Benedetta Silva (known as Benny) is a first-year teacher who arrives in the small rural town of Augustine for a subsidized job she hopes will pay off her student loans. Even her graduate studies in English have not prepared her for her role as an English teacher in this town. It takes no time at all to discover how suspicious everyone is about this newcomer and how unhelpful they can be in helping her find housing, The home she is finally able to rent is a shabby small home built on a corner of a run-down plantation of old next to a cemetery. Finding help for the leaking roof or much of anything proves challenging before she even meets her students.

The students in her classroom are far off the usual students for Benny. They are rowdy and largely uneducated in the basic subjects of reading and math. The curriculum is not suited to their learning level and yet the board of education made up of the town upper-class elite expect her to teach these students everyone has given up on. She soon learns no teacher has lasted long in this position and the principal is of little help in giving her wise direction.
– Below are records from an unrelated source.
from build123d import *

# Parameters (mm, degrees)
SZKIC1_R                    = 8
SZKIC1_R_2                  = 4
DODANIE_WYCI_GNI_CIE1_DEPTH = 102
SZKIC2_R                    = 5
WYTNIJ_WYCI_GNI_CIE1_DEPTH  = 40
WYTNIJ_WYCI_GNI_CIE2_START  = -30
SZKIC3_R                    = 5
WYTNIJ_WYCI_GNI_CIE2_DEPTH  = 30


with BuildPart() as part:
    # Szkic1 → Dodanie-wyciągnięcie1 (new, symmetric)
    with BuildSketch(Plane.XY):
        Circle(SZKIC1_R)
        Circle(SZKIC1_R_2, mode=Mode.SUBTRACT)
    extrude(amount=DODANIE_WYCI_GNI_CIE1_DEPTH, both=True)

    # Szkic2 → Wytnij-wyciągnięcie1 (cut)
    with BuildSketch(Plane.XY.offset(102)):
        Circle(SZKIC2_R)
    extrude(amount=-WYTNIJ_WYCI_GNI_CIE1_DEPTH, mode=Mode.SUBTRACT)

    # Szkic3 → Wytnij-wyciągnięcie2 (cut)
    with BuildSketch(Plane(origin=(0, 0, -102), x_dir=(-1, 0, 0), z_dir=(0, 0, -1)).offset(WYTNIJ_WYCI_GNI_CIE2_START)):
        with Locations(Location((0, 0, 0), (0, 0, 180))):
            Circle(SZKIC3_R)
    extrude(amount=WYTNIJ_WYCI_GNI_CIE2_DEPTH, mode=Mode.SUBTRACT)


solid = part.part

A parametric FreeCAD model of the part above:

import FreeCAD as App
import Part
import Sketcher

V = App.Vector

doc = App.newDocument("Part")
body = doc.addObject("PartDesign::Body", "Body")

sketch1 = body.newObject("Sketcher::SketchObject", "Sketch")
sketch1.AttachmentSupport = (doc.getObject("XY_Plane"), [""])
sketch1.MapMode = "FlatFace"
sketch1.addGeometry([
    Part.Circle(V(0, 0, 0), V(0, 0, 1), 8),
    Part.Circle(V(0, 0, 0), V(0, 0, 1), 4),
], False)
sketch1.addConstraint([
    Sketcher.Constraint("Coincident", 0, 3, -1, 1),
    Sketcher.Constraint("Coincident", 1, 3, -1, 1),
    Sketcher.Constraint("Diameter", 0, 16.0),
    Sketcher.Constraint("Diameter", 1, 8.0),
])
pad1 = body.newObject("PartDesign::Pad", "Pad")
pad1.Profile = sketch1
pad1.Length = 204
pad1.Midplane = True

sketch2 = body.newObject("Sketcher::SketchObject", "Sketch001")
sketch2.AttachmentSupport = (doc.getObject("XY_Plane"), [""])
sketch2.MapMode = "FlatFace"
sketch2.AttachmentOffset = App.Placement(V(0, 0, 102), App.Rotation())
sketch2.addGeometry(Part.Circle(V(0, 0, 0), V(0, 0, 1), 5), False)
sketch2.addConstraint([
    Sketcher.Constraint("Coincident", 0, 3, -1, 1),
    Sketcher.Constraint("Diameter", 0, 10.0),
])
pocket1 = body.newObject("PartDesign::Pocket", "Pocket")
pocket1.Profile = sketch2
pocket1.Length = 40

sketch3 = body.newObject("Sketcher::SketchObject", "Sketch002")
sketch3.AttachmentSupport = (doc.getObject("XY_Plane"), [""])
sketch3.MapMode = "FlatFace"
sketch3.AttachmentOffset = App.Placement(V(0, 0, -72), App.Rotation())
sketch3.addGeometry(Part.Circle(V(0, 0, 0), V(0, 0, 1), 5), False)
sketch3.addConstraint([
    Sketcher.Constraint("Coincident", 0, 3, -1, 1),
    Sketcher.Constraint("Diameter", 0, 10.0),
])
pocket2 = body.newObject("PartDesign::Pocket", "Pocket001")
pocket2.Profile = sketch3
pocket2.Length = 30

doc.recompute()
Even with all this, Benny is determined to help these students everyone else has written off despite prejudices of all kinds that she bumps into at every turn whether in school or the town even though it is 1987. Her own family history is one she has sought to set aside as a result of her broken family and a history shrouded by supposed involvement with Mussolini in Italy during WW II.
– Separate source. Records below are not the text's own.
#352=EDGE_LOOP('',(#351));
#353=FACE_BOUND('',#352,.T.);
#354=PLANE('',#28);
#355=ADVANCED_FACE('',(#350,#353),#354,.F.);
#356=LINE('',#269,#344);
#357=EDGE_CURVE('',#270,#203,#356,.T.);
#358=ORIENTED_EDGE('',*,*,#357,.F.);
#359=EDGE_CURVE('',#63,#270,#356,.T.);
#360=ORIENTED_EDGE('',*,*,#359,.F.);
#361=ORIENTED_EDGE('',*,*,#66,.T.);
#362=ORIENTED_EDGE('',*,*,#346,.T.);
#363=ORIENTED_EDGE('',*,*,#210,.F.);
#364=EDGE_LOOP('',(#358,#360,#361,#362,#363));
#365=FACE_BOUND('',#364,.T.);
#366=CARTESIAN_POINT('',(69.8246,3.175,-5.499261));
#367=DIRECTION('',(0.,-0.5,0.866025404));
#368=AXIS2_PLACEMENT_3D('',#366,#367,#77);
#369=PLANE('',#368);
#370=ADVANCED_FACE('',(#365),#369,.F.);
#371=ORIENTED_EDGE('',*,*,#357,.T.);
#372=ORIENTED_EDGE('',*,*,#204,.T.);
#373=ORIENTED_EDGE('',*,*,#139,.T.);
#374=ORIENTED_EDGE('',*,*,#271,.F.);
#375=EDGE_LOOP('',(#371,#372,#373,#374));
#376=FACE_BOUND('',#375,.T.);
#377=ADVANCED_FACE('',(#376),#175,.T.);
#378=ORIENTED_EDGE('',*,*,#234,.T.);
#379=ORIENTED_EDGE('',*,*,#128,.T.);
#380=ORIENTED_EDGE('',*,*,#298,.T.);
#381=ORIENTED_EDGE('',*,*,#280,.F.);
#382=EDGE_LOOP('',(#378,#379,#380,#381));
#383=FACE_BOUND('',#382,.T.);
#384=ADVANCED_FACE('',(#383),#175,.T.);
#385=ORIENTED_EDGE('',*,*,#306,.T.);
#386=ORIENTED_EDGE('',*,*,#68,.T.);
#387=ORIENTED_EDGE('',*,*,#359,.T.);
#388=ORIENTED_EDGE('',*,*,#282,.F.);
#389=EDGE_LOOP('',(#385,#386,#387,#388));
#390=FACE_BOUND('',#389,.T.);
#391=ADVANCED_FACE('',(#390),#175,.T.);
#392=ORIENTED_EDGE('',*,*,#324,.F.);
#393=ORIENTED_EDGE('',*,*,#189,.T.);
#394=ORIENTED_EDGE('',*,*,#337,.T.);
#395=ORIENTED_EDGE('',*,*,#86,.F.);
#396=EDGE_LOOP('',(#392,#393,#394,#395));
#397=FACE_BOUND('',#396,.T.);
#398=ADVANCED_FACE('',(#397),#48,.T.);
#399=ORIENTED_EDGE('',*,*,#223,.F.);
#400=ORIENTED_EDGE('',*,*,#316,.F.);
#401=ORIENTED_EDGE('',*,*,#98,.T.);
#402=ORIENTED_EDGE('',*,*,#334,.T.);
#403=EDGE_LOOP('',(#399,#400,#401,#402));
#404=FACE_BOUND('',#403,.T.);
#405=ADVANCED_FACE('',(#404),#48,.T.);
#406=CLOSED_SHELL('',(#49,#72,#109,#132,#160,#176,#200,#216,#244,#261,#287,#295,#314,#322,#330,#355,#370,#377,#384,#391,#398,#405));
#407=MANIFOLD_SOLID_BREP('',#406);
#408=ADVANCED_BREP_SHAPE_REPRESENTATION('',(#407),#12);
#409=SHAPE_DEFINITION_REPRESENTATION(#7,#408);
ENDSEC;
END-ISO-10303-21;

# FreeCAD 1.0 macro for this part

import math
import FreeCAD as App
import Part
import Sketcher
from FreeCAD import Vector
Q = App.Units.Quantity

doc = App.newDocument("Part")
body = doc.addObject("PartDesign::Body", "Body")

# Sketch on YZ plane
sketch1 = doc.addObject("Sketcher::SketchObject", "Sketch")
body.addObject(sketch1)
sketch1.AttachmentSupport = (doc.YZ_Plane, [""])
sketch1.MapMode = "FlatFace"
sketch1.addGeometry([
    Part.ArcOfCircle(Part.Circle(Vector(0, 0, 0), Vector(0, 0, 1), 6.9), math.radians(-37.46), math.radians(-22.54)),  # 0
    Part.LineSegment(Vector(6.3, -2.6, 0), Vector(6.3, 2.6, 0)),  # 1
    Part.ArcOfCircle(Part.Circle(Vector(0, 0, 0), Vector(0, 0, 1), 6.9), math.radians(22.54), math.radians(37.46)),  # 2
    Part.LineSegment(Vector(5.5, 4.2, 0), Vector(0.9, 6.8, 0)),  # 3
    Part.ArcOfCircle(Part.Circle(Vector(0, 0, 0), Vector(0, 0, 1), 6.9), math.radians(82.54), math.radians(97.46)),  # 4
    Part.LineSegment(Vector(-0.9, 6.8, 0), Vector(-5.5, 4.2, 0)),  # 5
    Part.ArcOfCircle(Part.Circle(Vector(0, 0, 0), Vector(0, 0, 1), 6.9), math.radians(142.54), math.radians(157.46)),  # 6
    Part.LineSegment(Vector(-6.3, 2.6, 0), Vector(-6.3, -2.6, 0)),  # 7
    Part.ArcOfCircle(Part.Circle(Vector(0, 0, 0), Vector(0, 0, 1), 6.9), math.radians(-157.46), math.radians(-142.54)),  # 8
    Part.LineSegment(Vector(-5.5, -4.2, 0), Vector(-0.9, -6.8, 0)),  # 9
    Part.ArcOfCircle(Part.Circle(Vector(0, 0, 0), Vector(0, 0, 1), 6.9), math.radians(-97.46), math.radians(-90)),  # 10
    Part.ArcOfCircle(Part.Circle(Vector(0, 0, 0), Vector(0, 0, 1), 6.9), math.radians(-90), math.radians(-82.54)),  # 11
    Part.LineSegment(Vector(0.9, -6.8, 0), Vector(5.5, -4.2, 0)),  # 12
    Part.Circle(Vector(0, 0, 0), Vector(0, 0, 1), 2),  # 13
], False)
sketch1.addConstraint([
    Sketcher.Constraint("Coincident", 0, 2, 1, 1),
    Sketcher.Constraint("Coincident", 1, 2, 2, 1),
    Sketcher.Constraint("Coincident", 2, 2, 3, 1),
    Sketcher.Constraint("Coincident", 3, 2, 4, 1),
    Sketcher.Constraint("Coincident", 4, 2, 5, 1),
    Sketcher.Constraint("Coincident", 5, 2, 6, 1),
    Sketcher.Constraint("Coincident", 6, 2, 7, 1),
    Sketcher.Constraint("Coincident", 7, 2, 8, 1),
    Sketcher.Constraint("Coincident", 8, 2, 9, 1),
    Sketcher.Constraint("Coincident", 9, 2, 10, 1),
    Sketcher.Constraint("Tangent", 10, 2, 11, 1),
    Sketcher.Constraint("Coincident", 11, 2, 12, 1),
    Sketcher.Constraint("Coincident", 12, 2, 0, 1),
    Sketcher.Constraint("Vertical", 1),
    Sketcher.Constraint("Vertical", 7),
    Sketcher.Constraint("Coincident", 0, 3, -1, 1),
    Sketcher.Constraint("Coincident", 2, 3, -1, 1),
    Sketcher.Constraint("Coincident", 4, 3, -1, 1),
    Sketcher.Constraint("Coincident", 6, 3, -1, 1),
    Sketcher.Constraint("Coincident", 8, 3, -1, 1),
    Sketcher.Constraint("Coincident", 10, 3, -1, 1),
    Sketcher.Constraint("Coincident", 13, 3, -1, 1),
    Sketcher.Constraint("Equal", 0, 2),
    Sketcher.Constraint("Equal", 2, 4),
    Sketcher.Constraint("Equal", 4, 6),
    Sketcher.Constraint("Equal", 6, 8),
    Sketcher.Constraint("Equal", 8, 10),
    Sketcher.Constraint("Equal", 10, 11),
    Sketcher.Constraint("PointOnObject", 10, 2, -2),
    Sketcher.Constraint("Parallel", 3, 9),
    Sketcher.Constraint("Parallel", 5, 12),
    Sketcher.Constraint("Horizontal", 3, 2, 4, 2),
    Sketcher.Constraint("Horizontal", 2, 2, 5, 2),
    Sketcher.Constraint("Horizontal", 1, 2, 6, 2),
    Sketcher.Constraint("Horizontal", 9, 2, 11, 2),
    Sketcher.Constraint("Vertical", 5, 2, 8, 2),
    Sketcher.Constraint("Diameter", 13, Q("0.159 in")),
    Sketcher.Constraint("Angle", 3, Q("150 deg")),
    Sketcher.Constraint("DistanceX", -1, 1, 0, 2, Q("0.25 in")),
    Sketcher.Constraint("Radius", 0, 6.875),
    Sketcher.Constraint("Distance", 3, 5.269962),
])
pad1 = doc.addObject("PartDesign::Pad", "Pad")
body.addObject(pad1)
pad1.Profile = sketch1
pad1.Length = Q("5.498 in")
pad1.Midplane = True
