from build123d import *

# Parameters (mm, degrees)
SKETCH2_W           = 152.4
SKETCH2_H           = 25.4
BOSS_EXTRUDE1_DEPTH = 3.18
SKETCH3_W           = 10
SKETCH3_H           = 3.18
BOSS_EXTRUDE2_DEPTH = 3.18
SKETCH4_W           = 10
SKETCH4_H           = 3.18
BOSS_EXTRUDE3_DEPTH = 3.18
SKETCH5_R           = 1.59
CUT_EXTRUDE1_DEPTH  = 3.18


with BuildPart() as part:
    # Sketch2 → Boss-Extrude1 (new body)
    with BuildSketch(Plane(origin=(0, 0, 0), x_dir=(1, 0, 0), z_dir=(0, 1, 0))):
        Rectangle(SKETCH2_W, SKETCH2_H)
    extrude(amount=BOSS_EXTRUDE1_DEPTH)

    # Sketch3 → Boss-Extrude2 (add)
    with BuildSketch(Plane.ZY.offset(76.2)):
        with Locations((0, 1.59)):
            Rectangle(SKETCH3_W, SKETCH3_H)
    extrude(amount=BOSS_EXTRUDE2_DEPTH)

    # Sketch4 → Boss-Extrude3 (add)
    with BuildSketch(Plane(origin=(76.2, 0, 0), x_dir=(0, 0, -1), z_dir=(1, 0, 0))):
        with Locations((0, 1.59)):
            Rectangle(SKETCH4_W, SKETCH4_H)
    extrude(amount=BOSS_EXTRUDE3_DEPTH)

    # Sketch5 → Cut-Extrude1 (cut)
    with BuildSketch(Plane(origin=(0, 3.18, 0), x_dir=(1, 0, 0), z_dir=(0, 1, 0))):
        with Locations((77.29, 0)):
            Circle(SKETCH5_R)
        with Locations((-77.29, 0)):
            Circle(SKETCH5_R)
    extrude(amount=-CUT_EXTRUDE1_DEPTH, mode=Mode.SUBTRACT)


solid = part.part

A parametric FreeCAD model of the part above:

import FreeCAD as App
import Part
import Sketcher
Q = App.Units.Quantity

doc = App.newDocument("Part")
body = doc.addObject("PartDesign::Body", "Body")

# Sketch on XZ plane
sketch1 = body.newObject("Sketcher::SketchObject", "Sketch")
sketch1.AttachmentSupport = (doc.getObject("XZ_Plane"), [""])
sketch1.MapMode = "FlatFace"
sketch1.addGeometry([
    Part.LineSegment(App.Vector(-76, -13, 0), App.Vector(-76, 13, 0)),
    Part.LineSegment(App.Vector(-76, 13, 0), App.Vector(76, 13, 0)),
    Part.LineSegment(App.Vector(76, 13, 0), App.Vector(76, -13, 0)),
    Part.LineSegment(App.Vector(76, -13, 0), App.Vector(-76, -13, 0)),
], False)
sketch1.addConstraint([
    Sketcher.Constraint("Coincident", 0, 2, 1, 1),
    Sketcher.Constraint("Coincident", 1, 2, 2, 1),
    Sketcher.Constraint("Coincident", 2, 2, 3, 1),
    Sketcher.Constraint("Coincident", 3, 2, 0, 1),
    Sketcher.Constraint("Vertical", 0),
    Sketcher.Constraint("Horizontal", 1),
    Sketcher.Constraint("Vertical", 2),
    Sketcher.Constraint("Horizontal", 3),
    Sketcher.Constraint("Symmetric", 0, 2, 2, 2, -1, 1),
    Sketcher.Constraint("DistanceX", 1, 1, 1, 2, Q("6 in")),
    Sketcher.Constraint("DistanceY", 0, 1, 0, 2, Q("1 in")),
])
pad1 = body.newObject("PartDesign::Pad", "Pad")
pad1.Profile = sketch1
pad1.Length = 3.18
pad1.Reversed = True

# Sketch on YZ plane
sketch2 = body.newObject("Sketcher::SketchObject", "Sketch001")
sketch2.AttachmentSupport = (doc.getObject("YZ_Plane"), [""])
sketch2.MapMode = "FlatFace"
sketch2.AttachmentOffset = App.Placement(App.Vector(0, 0, -3 * 25.4), App.Rotation())
sketch2.addGeometry([
    Part.LineSegment(App.Vector(3.2, -5, 0), App.Vector(0, -5, 0)),
    Part.LineSegment(App.Vector(0, -5, 0), App.Vector(0, 5, 0)),
    Part.LineSegment(App.Vector(0, 5, 0), App.Vector(3.2, 5, 0)),
    Part.LineSegment(App.Vector(3.2, 5, 0), App.Vector(3.2, -5, 0)),
], False)
sketch2.addConstraint([
    Sketcher.Constraint("Coincident", 0, 2, 1, 1),
    Sketcher.Constraint("Coincident", 1, 2, 2, 1),
    Sketcher.Constraint("Coincident", 2, 2, 3, 1),
    Sketcher.Constraint("Coincident", 3, 2, 0, 1),
    Sketcher.Constraint("Horizontal", 0),
    Sketcher.Constraint("Vertical", 1),
    Sketcher.Constraint("Horizontal", 2),
    Sketcher.Constraint("Vertical", 3),
    Sketcher.Constraint("Symmetric", 0, 2, 1, 2, -1, 1),
    Sketcher.Constraint("DistanceX", 0, 2, 0, 1, Q("3.18 mm")),
    Sketcher.Constraint("DistanceY", 1, 1, 1, 2, Q("10 mm")),
])
pad2 = body.newObject("PartDesign::Pad", "Pad001")
pad2.Profile = sketch2
pad2.Length = 3.18
pad2.Reversed = True

# Sketch on YZ plane
sketch3 = body.newObject("Sketcher::SketchObject", "Sketch002")
sketch3.AttachmentSupport = (doc.getObject("YZ_Plane"), [""])
sketch3.MapMode = "FlatFace"
sketch3.AttachmentOffset = App.Placement(App.Vector(0, 0, 3 * 25.4), App.Rotation())
sketch3.addGeometry([
    Part.LineSegment(App.Vector(3.2, 5, 0), App.Vector(0, 5, 0)),
    Part.LineSegment(App.Vector(0, 5, 0), App.Vector(0, -5, 0)),
    Part.LineSegment(App.Vector(0, -5, 0), App.Vector(3.2, -5, 0)),
    Part.LineSegment(App.Vector(3.2, -5, 0), App.Vector(3.2, 5, 0)),
], False)
sketch3.addConstraint([
    Sketcher.Constraint("Coincident", 0, 2, 1, 1),
    Sketcher.Constraint("Coincident", 1, 2, 2, 1),
    Sketcher.Constraint("Coincident", 2, 2, 3, 1),
    Sketcher.Constraint("Coincident", 3, 2, 0, 1),
    Sketcher.Constraint("Horizontal", 0),
    Sketcher.Constraint("Vertical", 1),
    Sketcher.Constraint("Horizontal", 2),
    Sketcher.Constraint("Vertical", 3),
    Sketcher.Constraint("Symmetric", 0, 2, 1, 2, -1, 1),
    Sketcher.Constraint("DistanceX", 0, 2, 0, 1, Q("3.18 mm")),
    Sketcher.Constraint("DistanceY", 1, 2, 1, 1, Q("10 mm")),
])
pad3 = body.newObject("PartDesign::Pad", "Pad002")
pad3.Profile = sketch3
pad3.Length = 3.18

# Sketch on XZ plane
sketch4 = body.newObject("Sketcher::SketchObject", "Sketch003")
sketch4.AttachmentSupport = (doc.getObject("XZ_Plane"), [""])
sketch4.MapMode = "FlatFace"
sketch4.AttachmentOffset = App.Placement(App.Vector(0, 0, -3.18), App.Rotation())
sketch4.addGeometry([
    Part.Circle(App.Vector(77.3, 0, 0), App.Vector(0, 0, 1), 1.6),
    Part.Circle(App.Vector(-77.3, 0, 0), App.Vector(0, 0, 1), 1.6),
], False)
sketch4.addConstraint([
    Sketcher.Constraint("Equal", 0, 1),
    Sketcher.Constraint("Symmetric", 0, 3, 1, 3, -1, 1),
    Sketcher.Constraint("PointOnObject", 0, 3, -1),
    Sketcher.Constraint("Diameter", 0, Q("3.18 mm")),
    Sketcher.Constraint("DistanceX", -1, 1, 0, 3, Q("77.29 mm")),
])
pocket1 = body.newObject("PartDesign::Pocket", "Pocket")
pocket1.Profile = sketch4
pocket1.Length = 3.18
pocket1.Reversed = True

doc.recompute()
When she walks the cemetery next to her house and begins exploring beyond the hedges onto the property of the plantation her interest is piqued. The local restaurant is where she meets a lively character named Granny T who begins to reveal more about her students and introduces her to a woman named Sarge who can fix her roof when Benny cannot get a return call from the owners of the home.

Little by little she discovers more about the life in the area in the post-Civil War years full of chaos and uncertainty for the wealthy, the poor, the slaves now freed, and those who would want to keep them in tow and hide the stories of their abuse and the mixture of the plantation owners and their offspring of both white, black, and mixed racial heritage. Many of her students have these persons as their ancestors but know little of the heritage that holds them in the lowly status they live.

Discovery of how former slaves began to search for their family members who had been sold off at various times and places gives Benny a hope of how she can captivate her students and get them involved in education through research to uncover the history of the area including those buried in hidden graves beyond the town cemetery next to where she is living. 

In the process Benny discovers the advertisements the former slaves posted in various places and ultimately compiled and published in the Southwestern Christian Advocate, a Methodist newspaper. The ads looking for lost family members published there are read in churches across the country and shared from one person to another. This discovery by Benny turns out to be the key to unlocking her students’ attention and get them involved in their stories and things they can be proud of as well as grieve. 

This part of Lisa Wingate’s story set in 1875 features one of these searchers she creates, Hannie Gossett, who was a slave on the plantation where Benny now lives. The story Hannie tells opens the readers’ eyes to the tragic heartbreak of those whose lives were shattered by slavey and separation from family members. It also looks at how these very tragedies open the door to learning, reading, research, and more in Benny’s 1987 classroom even though the elite of the town want to keep the truth buried.

This book is captivating and powerful in the parallel stories with Lisa Wingate’s skill at bringing all the intersections of the two periods together. It is well worth the read as Wingate weaves factual historical data with her fictional characters and storyline.